# beagle pup and raccoon



## PencilMeIn (Sep 2, 2010)

I don't normally use charcoal, but these were done as entries for our local fair coming up.


----------



## CalicoCat (Sep 4, 2010)

Aww. That is cute!


----------



## PencilMeIn (Sep 2, 2010)

....Thanks!


----------



## NaturePhoto1 (Sep 4, 2010)

LOVE Racoons. Love your drawing!


----------



## PencilMeIn (Sep 2, 2010)

Thank you!


----------



## Mike (Sep 7, 2010)

Both are great! I especially like the way you've captured the fluffiness of the racoon's fur!


----------



## PencilMeIn (Sep 2, 2010)

Thanks, Mike! I'm really not fond of charcoals as they're so messy, but I am pleased with my raccoon.


----------



## ArmyGeo (Sep 9, 2010)

I agree with charcoal being messy, but you did a great job with the texture of the fur


----------



## PencilMeIn (Sep 2, 2010)

Thank you!


----------



## TLA (Sep 17, 2010)

Those are adorable!


----------



## PencilMeIn (Sep 2, 2010)

Thank you!


----------



## Wildest Heart (Sep 4, 2010)

Aww the raccoon is sweet! Another animal i believe we're allowed to have where i live...


----------



## PencilMeIn (Sep 2, 2010)

Thanks! We had them as pets when I was a kid. They're so entertaining!


----------



## karaann07 (Nov 7, 2010)

Those are precious! I absolutely love the raccoon! His sweet little face cracks me up. He's like, "What happened??! I was sitting, not I'm falling??" Too cute. Of course, a sweet, snuggly puppy is never hard on the eyes, either. Thansk for sharing these with us! I just love charcoal drawing of animals in particular.


----------



## PencilMeIn (Sep 2, 2010)

Thank you so much! Animals are my subject of choice.


----------



## DLeeG (Oct 20, 2010)

I think your charcoals are your best work.


----------



## PencilMeIn (Sep 2, 2010)

Thanks! I've been trying to do more.


----------



## Starry Night (Dec 16, 2010)

Those are just great. The raccoon is wonderful! And I just loves beagles!


----------



## christy (Feb 17, 2011)

your charcoal drawing of the dog reminded me of my old beagle dog arfy when i was a kid.


----------



## PencilMeIn (Sep 2, 2010)

Thanks Starry Night!

We've had a couple of beagles over the years, naughtiest dogs ever! But they sure make nice art subjects.


----------



## Wingedrat (Nov 3, 2010)

PencilMeIn said:


> Thanks Starry Night!
> 
> We've had a couple of beagles over the years, naughtiest dogs ever!
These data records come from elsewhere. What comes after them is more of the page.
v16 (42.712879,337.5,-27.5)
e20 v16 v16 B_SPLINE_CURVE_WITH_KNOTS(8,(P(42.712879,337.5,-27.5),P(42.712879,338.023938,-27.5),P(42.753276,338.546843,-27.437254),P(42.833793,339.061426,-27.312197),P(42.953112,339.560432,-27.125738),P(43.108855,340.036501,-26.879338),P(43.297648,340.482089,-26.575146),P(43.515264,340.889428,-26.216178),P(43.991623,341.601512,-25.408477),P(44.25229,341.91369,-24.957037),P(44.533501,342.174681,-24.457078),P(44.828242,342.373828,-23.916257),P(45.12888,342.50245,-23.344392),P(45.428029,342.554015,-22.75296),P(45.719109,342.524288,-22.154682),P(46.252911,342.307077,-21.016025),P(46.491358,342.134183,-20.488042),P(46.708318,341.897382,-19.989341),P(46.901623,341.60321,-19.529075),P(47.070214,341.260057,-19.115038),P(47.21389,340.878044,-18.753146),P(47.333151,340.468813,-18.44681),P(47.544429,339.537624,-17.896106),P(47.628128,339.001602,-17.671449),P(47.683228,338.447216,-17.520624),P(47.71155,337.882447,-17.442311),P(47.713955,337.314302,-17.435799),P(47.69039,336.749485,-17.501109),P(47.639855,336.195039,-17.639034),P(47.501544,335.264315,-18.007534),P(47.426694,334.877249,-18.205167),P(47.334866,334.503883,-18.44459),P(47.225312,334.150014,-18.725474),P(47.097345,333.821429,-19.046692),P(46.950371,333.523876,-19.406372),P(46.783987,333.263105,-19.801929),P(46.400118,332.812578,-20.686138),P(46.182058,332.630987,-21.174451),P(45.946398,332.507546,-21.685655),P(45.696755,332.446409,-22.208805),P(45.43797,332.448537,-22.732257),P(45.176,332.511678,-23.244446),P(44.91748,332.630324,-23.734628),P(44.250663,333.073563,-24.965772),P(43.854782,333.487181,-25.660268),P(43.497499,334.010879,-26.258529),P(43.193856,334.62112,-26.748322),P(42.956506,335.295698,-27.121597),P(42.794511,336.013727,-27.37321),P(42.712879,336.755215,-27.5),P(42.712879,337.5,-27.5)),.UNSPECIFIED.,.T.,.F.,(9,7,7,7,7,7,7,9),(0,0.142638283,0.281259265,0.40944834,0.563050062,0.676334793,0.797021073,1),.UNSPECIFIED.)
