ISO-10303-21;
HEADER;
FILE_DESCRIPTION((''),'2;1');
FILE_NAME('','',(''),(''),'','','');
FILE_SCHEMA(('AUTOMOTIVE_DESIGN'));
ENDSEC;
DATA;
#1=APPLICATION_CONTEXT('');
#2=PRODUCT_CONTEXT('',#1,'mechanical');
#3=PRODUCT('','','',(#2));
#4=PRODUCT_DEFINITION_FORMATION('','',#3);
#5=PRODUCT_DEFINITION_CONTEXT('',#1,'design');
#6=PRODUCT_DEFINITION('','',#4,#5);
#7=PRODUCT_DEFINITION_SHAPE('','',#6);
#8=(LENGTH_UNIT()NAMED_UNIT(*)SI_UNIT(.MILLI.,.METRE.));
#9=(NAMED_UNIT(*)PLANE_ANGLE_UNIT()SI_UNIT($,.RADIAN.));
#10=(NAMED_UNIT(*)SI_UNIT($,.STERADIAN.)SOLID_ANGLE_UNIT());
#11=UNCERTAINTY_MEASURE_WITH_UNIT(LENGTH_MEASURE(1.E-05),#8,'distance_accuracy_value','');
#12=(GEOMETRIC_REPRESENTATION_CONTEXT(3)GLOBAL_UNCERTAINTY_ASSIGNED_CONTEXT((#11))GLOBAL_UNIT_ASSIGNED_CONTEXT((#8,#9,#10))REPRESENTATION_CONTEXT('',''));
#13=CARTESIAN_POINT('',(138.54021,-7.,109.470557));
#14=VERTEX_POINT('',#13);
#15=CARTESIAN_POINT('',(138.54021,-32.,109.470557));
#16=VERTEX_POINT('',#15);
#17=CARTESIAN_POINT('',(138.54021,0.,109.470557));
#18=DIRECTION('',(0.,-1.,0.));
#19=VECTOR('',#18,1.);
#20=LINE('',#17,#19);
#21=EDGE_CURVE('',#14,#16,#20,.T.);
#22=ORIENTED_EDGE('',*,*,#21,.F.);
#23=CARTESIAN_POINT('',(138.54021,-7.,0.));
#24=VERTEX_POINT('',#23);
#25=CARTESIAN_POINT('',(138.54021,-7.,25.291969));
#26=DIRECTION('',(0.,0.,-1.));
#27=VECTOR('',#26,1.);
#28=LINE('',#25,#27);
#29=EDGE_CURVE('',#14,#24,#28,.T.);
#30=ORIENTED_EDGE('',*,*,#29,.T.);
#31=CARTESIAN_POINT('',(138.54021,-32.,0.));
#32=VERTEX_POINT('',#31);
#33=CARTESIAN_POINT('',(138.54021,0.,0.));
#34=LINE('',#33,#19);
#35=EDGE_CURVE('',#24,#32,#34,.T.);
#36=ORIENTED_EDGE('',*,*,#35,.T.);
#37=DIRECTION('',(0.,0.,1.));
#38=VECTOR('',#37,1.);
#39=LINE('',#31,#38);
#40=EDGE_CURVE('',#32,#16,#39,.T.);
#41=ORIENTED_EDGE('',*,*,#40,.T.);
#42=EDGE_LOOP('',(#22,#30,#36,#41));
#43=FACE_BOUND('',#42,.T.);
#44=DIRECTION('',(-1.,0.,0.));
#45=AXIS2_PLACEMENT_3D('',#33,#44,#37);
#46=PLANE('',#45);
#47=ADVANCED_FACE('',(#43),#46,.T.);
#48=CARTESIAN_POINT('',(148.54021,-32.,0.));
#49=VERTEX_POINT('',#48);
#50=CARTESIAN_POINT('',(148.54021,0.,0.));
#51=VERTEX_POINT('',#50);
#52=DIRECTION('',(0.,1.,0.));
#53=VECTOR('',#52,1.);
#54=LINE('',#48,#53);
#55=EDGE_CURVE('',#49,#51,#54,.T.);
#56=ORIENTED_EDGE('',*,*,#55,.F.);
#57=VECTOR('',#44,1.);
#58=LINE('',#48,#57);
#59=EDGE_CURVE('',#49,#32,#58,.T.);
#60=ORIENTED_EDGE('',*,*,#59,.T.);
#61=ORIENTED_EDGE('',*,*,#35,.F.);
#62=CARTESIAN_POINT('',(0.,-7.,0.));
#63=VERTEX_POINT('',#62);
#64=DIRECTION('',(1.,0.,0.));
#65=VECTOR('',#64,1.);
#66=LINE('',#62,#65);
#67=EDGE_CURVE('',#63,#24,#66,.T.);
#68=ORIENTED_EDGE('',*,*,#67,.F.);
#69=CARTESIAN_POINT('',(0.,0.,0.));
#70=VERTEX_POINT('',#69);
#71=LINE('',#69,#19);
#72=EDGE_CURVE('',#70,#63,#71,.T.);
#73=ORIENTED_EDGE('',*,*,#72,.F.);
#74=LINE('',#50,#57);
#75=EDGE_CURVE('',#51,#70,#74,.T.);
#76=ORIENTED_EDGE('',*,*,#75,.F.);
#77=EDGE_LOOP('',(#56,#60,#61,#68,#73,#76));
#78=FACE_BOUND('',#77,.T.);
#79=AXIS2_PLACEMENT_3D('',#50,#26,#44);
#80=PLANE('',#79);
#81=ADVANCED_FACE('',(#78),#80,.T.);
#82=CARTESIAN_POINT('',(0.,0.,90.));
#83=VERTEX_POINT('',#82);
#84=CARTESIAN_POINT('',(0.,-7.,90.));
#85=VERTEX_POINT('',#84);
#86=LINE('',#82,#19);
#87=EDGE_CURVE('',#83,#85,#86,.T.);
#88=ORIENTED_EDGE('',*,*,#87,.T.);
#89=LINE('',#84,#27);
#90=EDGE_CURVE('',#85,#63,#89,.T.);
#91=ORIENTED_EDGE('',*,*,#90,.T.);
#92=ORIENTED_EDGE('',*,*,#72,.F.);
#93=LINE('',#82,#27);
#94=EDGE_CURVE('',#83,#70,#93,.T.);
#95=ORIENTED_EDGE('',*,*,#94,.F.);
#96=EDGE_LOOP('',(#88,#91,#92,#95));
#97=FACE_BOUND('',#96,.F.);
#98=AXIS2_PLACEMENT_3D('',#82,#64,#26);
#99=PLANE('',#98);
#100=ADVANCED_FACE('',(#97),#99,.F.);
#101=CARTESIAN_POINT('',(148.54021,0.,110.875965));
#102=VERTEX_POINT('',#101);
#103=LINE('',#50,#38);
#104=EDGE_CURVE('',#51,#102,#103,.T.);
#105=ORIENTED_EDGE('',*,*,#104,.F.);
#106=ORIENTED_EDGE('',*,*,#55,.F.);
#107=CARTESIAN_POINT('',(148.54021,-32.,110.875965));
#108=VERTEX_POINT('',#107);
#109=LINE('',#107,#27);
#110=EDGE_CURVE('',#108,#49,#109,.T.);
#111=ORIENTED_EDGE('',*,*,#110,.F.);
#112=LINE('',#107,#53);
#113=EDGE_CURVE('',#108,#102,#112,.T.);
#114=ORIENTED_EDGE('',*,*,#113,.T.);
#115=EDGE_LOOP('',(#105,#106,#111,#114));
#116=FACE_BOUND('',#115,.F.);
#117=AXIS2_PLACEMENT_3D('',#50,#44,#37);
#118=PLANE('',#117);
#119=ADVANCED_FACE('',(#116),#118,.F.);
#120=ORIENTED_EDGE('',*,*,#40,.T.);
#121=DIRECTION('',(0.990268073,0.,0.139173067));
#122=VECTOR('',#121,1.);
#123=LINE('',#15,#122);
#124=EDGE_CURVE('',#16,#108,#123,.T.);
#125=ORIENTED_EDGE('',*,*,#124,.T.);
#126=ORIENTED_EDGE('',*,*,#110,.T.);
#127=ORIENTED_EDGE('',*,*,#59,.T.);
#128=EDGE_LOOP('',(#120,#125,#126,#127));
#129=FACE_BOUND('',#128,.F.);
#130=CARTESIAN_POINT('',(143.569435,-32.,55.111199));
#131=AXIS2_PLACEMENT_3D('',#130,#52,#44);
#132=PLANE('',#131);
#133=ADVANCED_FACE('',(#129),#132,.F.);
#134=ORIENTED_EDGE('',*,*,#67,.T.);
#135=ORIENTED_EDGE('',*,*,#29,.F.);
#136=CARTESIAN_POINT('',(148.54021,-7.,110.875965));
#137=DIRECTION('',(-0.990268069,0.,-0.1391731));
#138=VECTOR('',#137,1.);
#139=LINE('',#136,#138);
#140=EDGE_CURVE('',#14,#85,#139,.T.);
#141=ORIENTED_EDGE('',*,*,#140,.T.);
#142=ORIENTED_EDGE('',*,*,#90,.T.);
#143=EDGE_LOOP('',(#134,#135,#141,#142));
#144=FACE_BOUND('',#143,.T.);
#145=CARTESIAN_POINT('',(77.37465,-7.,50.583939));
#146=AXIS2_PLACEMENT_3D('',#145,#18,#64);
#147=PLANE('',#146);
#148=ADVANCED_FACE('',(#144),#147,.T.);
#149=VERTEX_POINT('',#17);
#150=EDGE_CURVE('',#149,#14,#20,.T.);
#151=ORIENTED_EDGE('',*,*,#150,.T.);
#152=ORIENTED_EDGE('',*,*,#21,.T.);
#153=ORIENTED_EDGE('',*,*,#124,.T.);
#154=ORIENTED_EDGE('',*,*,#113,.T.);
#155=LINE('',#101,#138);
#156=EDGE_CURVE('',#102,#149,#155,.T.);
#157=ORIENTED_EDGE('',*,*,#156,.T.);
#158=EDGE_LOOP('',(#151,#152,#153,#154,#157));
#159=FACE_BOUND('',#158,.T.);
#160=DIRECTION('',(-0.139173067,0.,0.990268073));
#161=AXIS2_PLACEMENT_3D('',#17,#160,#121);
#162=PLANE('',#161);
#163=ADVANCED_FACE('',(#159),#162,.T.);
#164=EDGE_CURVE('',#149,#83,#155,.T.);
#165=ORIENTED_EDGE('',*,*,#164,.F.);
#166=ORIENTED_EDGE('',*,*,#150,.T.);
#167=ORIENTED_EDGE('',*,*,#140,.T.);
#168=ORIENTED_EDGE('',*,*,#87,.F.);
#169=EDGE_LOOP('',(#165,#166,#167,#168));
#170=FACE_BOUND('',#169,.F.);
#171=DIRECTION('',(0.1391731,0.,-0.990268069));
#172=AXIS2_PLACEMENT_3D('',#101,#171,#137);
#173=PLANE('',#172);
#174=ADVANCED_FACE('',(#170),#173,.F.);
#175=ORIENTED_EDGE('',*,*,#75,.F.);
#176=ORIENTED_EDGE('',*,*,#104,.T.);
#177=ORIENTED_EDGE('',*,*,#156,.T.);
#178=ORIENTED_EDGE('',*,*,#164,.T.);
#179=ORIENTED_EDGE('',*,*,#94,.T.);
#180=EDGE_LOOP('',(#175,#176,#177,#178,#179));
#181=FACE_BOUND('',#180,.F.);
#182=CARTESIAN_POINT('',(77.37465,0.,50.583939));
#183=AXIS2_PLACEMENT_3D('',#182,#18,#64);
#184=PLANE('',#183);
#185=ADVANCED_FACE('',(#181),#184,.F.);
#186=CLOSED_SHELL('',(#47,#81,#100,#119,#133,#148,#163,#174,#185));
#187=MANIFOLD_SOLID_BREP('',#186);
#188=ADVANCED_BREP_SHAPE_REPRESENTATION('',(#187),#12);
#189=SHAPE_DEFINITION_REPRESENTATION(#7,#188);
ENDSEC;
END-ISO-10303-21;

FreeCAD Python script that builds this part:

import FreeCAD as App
import Part
import Sketcher
from FreeCAD import Vector
Q = App.Units.Quantity

doc = App.newDocument("Part")
params = doc.addObject("Spreadsheet::Sheet", "Params")
for row, (alias, value) in enumerate([
    ("sketch1_height", "90 mm"),
    ("sketch1_length", "150 mm"),
    ("pad1_length", "7 mm"),
    ("sketch2_width", "10 mm"),
    ("pad2_length", "32 mm"),
], start=1):
    params.set(f"A{row}", alias)
    params.set(f"B{row}", "=" + value)
    params.setAlias(f"B{row}", alias)

body = doc.addObject("PartDesign::Body", "Body")

# Sketch on XZ plane
sketch1 = body.newObject("Sketcher::SketchObject", "Sketch")
sketch1.AttachmentSupport = (doc.getObject("XZ_Plane"), [""])
sketch1.MapMode = "FlatFace"
sketch1.addGeometry([
    Part.LineSegment(Vector(0, 90, 0), Vector(0, 0, 0)),
    Part.LineSegment(Vector(0, 0, 0), Vector(149, 0, 0)),
    Part.LineSegment(Vector(149, 0, 0), Vector(149, 111, 0)),
    Part.LineSegment(Vector(149, 111, 0), Vector(0, 90, 0)),
], False)
sketch1.addConstraint([
    Sketcher.Constraint("Coincident", 0, 2, 1, 1),
    Sketcher.Constraint("Coincident", 1, 2, 2, 1),
    Sketcher.Constraint("Coincident", 2, 2, 3, 1),
    Sketcher.Constraint("Coincident", 3, 2, 0, 1),
    Sketcher.Constraint("Vertical", 0),
    Sketcher.Constraint("Horizontal", 1),
    Sketcher.Constraint("Vertical", 2),
    Sketcher.Constraint("Coincident", 0, 2, -1, 1),
    Sketcher.Constraint("DistanceY", 0, 2, 0, 1, 90.0),
    Sketcher.Constraint("Angle", 3, Q("-172 deg")),
    Sketcher.Constraint("Distance", 3, 150.0),
])
sketch1.setExpression("Constraints[8]", "Params.sketch1_height")
sketch1.setExpression("Constraints[10]", "Params.sketch1_length")
pad1 = body.newObject("PartDesign::Pad", "Pad")
pad1.Profile = sketch1
pad1.setExpression("Length", "Params.pad1_length")

# Sketch on XZ plane
sketch2 = body.newObject("Sketcher::SketchObject", "Sketch001")
sketch2.AttachmentSupport = (doc.getObject("XZ_Plane"), [""])
sketch2.MapMode = "FlatFace"
sketch2.addGeometry([
    Part.LineSegment(Vector(139, 109, 0), Vector(149, 111, 0)),
    Part.LineSegment(Vector(149, 111, 0), Vector(149, 0, 0)),
    Part.LineSegment(Vector(149, 0, 0), Vector(139, 0, 0)),
    Part.LineSegment(Vector(139, 0, 0), Vector(139, 109, 0)),
], False)
sketch2.addConstraint([
    Sketcher.Constraint("Coincident", 0, 2, 1, 1),
    Sketcher.Constraint("Coincident", 1, 2, 2, 1),
    Sketcher.Constraint("Coincident", 2, 2, 3, 1),
    Sketcher.Constraint("Coincident", 3, 2, 0, 1),
    Sketcher.Constraint("Vertical", 1),
    Sketcher.Constraint("Horizontal", 2),
    Sketcher.Constraint("Vertical", 3),
    Sketcher.Constraint("PointOnObject", 1, 2, -1),
    Sketcher.Constraint("DistanceX", 2, 2, 2, 1, 10.0),
    Sketcher.Constraint("Angle", 0, Q("7.999998 deg")),
    Sketcher.Constraint("DistanceY", 1, 2, 1, 1, 110.875965),
    Sketcher.Constraint("DistanceX", -1, 1, 0, 2, 148.54021),
])
sketch2.setExpression("Constraints[8]", "Params.sketch2_width")
pad2 = body.newObject("PartDesign::Pad", "Pad001")
pad2.Profile = sketch2
pad2.setExpression("Length", "Params.pad2_length")

doc.recompute()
But they sure make nice art subjects.


 
Great job on your creatures.

Beagles, ah. Don't get me started on the hounds... but yes, they are cute. When they're sleeping they can be angelic .


----------



## PencilMeIn (Sep 2, 2010)

LOL, so true...and thanks!


----------



## maisa (Mar 11, 2011)

great work

i love ur work


----------